◆ **WHAT THIS TASK INVOLVES**
Set down the entries once more, exactly as given.

◆ **INFORMATION SHOWN**
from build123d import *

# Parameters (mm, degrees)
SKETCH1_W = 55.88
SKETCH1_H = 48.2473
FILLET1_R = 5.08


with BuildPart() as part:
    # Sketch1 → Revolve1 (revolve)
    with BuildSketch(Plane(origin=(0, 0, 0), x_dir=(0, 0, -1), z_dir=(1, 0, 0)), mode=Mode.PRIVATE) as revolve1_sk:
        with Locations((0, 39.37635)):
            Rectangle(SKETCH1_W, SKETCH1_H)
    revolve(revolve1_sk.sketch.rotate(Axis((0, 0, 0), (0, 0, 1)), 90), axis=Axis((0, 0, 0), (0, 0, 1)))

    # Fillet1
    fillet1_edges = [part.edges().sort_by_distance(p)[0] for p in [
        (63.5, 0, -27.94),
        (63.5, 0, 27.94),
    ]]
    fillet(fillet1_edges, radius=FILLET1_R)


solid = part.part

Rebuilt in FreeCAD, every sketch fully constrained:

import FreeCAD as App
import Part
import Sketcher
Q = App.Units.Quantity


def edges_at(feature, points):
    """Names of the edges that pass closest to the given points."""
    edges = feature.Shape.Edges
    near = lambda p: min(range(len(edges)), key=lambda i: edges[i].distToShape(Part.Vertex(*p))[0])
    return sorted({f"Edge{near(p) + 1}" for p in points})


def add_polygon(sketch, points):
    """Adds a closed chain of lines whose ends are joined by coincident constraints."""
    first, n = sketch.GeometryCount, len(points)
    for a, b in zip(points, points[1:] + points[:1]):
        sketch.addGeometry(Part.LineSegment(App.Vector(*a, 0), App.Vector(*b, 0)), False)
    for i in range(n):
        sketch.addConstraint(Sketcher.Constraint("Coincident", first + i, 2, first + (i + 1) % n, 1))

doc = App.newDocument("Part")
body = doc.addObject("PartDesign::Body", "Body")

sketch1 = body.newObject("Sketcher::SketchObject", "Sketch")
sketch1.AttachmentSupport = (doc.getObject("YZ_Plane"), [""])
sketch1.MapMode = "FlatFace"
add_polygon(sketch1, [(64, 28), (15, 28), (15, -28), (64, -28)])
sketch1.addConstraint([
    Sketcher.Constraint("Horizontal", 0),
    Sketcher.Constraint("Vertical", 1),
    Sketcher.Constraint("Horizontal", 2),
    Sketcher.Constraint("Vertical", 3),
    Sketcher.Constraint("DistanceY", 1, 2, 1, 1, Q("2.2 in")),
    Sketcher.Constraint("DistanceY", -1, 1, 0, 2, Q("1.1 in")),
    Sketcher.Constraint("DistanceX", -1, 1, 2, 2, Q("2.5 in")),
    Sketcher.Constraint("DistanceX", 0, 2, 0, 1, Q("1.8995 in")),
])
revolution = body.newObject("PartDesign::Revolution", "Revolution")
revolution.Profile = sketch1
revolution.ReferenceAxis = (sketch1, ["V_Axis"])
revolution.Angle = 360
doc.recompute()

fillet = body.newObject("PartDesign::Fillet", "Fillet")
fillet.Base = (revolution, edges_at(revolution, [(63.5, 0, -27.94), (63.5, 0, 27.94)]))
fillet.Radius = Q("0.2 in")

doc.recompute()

◆ **ANSWER TO THE EXERCISE**
from build123d import *

# Parameters (mm, degrees)
SKETCH1_W = 55.88
SKETCH1_H = 48.2473
FILLET1_R = 5.08


with BuildPart() as part:
    # Sketch1 → Revolve1 (revolve)
    with BuildSketch(Plane(origin=(0, 0, 0), x_dir=(0, 0, -1), z_dir=(1, 0, 0)), mode=Mode.PRIVATE) as revolve1_sk:
        with Locations((0, 39.37635)):
            Rectangle(SKETCH1_W, SKETCH1_H)
    revolve(revolve1_sk.sketch.rotate(Axis((0, 0, 0), (0, 0, 1)), 90), axis=Axis((0, 0, 0), (0, 0, 1)))

    # Fillet1
    fillet1_edges = [part.edges().sort_by_distance(p)[0] for p in [
        (63.5, 0, -27.94),
        (63.5, 0, 27.94),
    ]]
    fillet(fillet1_edges, radius=FILLET1_R)


solid = part.part

Rebuilt in FreeCAD, every sketch fully constrained:

import FreeCAD as App
import Part
import Sketcher
Q = App.Units.Quantity


def edges_at(feature, points):
    """Names of the edges that pass closest to the given points."""
    edges = feature.Shape.Edges
    near = lambda p: min(range(len(edges)), key=lambda i: edges[i].distToShape(Part.Vertex(*p))[0])
    return sorted({f"Edge{near(p) + 1}" for p in points})


def add_polygon(sketch, points):
    """Adds a closed chain of lines whose ends are joined by coincident constraints."""
    first, n = sketch.GeometryCount, len(points)
    for a, b in zip(points, points[1:] + points[:1]):
        sketch.addGeometry(Part.LineSegment(App.Vector(*a, 0), App.Vector(*b, 0)), False)
    for i in range(n):
        sketch.addConstraint(Sketcher.Constraint("Coincident", first + i, 2, first + (i + 1) % n, 1))

doc = App.newDocument("Part")
body = doc.addObject("PartDesign::Body", "Body")

sketch1 = body.newObject("Sketcher::SketchObject", "Sketch")
sketch1.AttachmentSupport = (doc.getObject("YZ_Plane"), [""])
sketch1.MapMode = "FlatFace"
add_polygon(sketch1, [(64, 28), (15, 28), (15, -28), (64, -28)])
sketch1.addConstraint([
    Sketcher.Constraint("Horizontal", 0),
    Sketcher.Constraint("Vertical", 1),
    Sketcher.Constraint("Horizontal", 2),
    Sketcher.Constraint("Vertical", 3),
    Sketcher.Constraint("DistanceY", 1, 2, 1, 1, Q("2.2 in")),
    Sketcher.Constraint("DistanceY", -1, 1, 0, 2, Q("1.1 in")),
    Sketcher.Constraint("DistanceX", -1, 1, 2, 2, Q("2.5 in")),
    Sketcher.Constraint("DistanceX", 0, 2, 0, 1, Q("1.8995 in")),
])
revolution = body.newObject("PartDesign::Revolution", "Revolution")
revolution.Profile = sketch1
revolution.ReferenceAxis = (sketch1, ["V_Axis"])
revolution.Angle = 360
doc.recompute()

fillet = body.newObject("PartDesign::Fillet", "Fillet")
fillet.Base = (revolution, edges_at(revolution, [(63.5, 0, -27.94), (63.5, 0, 27.94)]))
fillet.Radius = Q("0.2 in")

doc.recompute()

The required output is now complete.